Stored data entries:
*** Begin section ***

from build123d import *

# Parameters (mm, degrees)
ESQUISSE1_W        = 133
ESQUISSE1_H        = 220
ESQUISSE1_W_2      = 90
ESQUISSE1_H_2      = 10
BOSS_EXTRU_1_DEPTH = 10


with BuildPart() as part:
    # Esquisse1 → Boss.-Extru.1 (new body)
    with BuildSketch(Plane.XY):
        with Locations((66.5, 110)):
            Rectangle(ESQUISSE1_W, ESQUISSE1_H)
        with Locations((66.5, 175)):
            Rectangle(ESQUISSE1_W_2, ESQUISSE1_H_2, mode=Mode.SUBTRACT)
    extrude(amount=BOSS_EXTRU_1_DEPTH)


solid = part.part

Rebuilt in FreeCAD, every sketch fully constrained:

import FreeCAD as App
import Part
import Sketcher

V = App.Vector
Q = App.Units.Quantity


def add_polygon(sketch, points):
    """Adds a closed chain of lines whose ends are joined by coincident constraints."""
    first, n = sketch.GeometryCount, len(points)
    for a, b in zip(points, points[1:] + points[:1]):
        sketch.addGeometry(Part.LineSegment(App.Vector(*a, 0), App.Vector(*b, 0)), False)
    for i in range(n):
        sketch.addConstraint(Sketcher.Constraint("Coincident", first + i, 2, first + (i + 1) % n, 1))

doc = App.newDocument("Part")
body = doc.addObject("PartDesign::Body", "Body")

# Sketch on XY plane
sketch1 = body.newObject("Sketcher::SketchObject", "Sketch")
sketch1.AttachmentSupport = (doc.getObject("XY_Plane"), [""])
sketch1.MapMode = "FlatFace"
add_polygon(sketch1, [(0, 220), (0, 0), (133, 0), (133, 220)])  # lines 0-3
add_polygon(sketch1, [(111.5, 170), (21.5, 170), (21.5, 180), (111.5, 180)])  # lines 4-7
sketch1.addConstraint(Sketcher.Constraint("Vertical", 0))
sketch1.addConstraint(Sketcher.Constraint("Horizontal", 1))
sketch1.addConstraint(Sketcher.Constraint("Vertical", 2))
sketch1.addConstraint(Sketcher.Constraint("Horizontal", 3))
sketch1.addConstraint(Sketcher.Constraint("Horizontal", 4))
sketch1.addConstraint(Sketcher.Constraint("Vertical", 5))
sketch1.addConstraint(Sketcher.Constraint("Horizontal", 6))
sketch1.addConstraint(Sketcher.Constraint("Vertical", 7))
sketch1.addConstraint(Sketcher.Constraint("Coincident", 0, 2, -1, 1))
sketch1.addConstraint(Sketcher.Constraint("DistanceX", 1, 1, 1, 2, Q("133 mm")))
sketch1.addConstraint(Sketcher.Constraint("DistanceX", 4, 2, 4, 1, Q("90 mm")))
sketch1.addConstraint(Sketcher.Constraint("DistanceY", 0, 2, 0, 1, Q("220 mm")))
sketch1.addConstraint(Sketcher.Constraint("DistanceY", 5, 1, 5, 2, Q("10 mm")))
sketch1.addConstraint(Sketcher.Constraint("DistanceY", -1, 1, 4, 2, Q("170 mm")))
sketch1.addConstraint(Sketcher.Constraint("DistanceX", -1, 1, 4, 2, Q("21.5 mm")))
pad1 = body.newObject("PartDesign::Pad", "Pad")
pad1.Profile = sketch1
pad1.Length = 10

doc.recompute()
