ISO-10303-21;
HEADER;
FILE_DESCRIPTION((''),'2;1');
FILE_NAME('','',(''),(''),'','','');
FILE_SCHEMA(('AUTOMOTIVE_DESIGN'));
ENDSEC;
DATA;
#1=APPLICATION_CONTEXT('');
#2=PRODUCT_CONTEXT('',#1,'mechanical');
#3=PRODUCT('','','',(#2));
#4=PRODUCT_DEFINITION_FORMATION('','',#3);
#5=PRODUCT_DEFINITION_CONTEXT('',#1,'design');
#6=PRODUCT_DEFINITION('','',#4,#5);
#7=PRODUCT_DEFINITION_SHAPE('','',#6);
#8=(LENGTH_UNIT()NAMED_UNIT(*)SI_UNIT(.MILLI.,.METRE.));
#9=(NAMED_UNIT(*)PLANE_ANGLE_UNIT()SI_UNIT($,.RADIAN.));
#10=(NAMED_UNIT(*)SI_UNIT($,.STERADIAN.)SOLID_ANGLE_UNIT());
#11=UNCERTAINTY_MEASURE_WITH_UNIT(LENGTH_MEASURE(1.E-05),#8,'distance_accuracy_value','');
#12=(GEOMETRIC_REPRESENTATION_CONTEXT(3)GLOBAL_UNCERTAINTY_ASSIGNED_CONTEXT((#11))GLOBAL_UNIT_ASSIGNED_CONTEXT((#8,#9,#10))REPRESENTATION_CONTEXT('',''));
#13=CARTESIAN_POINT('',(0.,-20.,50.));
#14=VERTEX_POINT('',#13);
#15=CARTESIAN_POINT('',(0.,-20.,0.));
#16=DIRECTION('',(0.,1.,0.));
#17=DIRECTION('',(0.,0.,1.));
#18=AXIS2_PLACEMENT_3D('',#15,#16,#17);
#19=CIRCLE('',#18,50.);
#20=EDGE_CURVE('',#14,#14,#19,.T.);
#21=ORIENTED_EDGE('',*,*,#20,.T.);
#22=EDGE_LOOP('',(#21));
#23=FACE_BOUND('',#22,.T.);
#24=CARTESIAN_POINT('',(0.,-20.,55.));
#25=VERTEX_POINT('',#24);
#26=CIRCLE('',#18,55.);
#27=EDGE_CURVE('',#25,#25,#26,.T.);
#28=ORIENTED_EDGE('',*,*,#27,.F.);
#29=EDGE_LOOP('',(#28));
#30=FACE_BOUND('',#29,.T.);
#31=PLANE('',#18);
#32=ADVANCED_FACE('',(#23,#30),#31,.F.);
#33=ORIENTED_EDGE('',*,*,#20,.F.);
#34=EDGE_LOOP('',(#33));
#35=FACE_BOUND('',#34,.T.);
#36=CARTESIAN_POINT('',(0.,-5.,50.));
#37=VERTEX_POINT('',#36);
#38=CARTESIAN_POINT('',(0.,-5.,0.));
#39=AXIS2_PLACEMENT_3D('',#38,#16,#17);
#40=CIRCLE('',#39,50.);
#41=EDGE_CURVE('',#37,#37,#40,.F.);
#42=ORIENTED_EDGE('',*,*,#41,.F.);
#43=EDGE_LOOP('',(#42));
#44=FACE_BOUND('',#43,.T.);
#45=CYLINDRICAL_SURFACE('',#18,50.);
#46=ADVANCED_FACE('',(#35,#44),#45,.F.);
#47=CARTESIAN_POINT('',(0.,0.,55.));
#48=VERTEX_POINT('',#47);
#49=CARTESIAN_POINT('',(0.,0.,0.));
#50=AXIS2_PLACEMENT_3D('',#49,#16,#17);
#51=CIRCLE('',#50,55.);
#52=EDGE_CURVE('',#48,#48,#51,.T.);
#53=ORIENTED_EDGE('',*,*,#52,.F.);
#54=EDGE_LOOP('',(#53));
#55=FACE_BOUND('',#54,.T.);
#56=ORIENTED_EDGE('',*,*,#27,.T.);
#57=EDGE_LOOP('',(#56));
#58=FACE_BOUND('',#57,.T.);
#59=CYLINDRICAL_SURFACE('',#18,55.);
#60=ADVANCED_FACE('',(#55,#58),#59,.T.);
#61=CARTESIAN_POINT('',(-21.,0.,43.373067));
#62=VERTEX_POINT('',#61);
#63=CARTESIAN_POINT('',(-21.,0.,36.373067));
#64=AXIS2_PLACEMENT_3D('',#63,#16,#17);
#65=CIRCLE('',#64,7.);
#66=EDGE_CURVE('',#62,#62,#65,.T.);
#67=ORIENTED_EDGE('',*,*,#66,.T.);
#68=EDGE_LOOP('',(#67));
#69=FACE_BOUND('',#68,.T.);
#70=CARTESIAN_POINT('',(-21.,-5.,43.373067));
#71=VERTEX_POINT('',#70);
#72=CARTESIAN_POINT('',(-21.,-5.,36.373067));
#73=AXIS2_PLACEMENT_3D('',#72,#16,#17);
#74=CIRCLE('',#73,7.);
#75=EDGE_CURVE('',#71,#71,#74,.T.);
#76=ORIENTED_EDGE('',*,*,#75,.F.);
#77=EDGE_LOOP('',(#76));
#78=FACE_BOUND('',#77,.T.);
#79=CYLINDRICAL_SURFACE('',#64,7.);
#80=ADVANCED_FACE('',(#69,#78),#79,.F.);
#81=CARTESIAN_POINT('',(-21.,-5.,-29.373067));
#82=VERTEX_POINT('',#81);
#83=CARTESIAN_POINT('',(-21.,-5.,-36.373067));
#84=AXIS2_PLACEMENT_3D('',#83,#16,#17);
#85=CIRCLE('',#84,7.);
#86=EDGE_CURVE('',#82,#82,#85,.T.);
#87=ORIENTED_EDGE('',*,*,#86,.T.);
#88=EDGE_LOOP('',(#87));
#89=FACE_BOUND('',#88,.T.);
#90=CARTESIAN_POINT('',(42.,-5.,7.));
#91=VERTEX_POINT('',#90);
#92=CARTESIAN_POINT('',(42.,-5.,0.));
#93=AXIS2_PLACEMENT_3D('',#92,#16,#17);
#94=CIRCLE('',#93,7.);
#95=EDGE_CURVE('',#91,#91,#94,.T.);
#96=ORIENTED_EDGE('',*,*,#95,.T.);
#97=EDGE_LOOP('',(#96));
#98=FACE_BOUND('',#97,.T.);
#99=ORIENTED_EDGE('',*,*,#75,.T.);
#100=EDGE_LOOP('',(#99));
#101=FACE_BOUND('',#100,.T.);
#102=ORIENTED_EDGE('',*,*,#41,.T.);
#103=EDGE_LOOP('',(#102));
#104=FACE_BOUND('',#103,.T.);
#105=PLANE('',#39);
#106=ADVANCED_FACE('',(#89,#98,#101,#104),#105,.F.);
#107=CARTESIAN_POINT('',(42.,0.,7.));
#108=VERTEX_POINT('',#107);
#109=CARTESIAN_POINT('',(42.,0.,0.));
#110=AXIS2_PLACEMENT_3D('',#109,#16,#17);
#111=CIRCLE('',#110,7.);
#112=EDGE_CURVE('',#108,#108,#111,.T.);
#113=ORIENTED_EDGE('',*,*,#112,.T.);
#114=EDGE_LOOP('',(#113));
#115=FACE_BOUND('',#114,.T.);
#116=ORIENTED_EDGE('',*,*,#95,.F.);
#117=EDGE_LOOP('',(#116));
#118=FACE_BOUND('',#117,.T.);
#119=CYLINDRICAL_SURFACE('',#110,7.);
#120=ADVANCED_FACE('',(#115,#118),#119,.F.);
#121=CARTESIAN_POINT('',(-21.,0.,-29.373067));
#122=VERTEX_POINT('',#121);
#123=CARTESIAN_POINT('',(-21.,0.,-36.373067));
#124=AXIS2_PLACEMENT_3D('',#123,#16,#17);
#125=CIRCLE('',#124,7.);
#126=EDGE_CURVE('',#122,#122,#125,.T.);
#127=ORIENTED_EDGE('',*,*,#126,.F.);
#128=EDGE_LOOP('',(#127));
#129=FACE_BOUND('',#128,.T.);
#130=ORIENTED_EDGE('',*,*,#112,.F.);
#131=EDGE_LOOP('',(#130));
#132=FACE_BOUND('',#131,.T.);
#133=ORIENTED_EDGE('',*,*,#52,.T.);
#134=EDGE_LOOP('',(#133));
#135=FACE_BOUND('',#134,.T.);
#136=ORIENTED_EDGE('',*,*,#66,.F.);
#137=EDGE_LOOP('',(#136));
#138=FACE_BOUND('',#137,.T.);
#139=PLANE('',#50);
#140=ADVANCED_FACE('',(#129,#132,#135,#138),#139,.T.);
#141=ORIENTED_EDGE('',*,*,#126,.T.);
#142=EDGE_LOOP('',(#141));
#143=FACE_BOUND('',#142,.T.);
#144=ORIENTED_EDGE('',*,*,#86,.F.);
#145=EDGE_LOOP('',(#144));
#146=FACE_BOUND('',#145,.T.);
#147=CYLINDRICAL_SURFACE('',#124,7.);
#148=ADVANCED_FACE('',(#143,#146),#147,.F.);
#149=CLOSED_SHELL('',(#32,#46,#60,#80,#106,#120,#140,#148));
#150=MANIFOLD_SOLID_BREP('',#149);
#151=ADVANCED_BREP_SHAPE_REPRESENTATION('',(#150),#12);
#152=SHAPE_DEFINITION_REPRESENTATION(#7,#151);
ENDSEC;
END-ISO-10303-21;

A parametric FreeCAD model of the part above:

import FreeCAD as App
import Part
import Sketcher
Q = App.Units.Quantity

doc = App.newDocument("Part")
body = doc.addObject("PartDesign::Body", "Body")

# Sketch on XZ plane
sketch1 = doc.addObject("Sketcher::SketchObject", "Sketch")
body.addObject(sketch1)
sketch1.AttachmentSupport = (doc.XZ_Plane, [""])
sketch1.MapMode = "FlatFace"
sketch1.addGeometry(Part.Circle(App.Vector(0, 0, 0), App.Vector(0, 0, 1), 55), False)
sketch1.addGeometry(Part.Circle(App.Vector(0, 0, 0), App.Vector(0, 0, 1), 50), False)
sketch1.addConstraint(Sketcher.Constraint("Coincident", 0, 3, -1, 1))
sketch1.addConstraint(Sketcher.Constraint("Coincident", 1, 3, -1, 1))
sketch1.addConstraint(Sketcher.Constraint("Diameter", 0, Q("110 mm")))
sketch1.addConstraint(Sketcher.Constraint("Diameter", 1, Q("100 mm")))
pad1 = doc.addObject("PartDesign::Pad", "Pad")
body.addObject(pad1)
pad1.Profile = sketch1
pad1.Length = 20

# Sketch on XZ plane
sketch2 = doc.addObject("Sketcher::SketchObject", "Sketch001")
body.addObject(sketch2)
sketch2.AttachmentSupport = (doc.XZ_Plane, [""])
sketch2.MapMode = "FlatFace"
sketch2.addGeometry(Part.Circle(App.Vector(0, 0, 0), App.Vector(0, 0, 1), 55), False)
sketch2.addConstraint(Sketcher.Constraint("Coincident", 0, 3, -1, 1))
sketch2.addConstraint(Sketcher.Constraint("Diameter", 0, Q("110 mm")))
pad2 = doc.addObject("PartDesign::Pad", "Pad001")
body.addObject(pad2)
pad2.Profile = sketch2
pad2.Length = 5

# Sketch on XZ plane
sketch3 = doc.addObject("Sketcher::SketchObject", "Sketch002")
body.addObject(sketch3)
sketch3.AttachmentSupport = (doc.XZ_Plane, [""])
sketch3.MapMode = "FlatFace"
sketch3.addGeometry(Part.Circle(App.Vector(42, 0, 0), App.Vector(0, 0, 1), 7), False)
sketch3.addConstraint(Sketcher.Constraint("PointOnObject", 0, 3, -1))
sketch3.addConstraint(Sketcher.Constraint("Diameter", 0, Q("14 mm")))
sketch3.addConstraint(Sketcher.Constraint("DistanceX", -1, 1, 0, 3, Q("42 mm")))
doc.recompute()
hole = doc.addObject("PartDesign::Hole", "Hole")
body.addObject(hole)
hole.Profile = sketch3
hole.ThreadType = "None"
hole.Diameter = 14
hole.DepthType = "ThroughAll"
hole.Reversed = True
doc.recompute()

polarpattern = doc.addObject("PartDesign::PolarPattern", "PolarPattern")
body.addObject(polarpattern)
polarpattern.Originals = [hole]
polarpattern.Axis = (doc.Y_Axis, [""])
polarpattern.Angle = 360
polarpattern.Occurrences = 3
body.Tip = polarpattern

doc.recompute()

*** End section ***

Exercise objective: From the entries above, give again exactly the lines running from the line with "#133=ORIENTED_EDGE('',*,*,#52,.T.);" to the line with "#139=PLANE('',#50);"; include both of those lines.

Answer to the problem:
#133=ORIENTED_EDGE('',*,*,#52,.T.);
#134=EDGE_LOOP('',(#133));
#135=FACE_BOUND('',#134,.T.);
#136=ORIENTED_EDGE('',*,*,#66,.F.);
#137=EDGE_LOOP('',(#136));
#138=FACE_BOUND('',#137,.T.);
#139=PLANE('',#50);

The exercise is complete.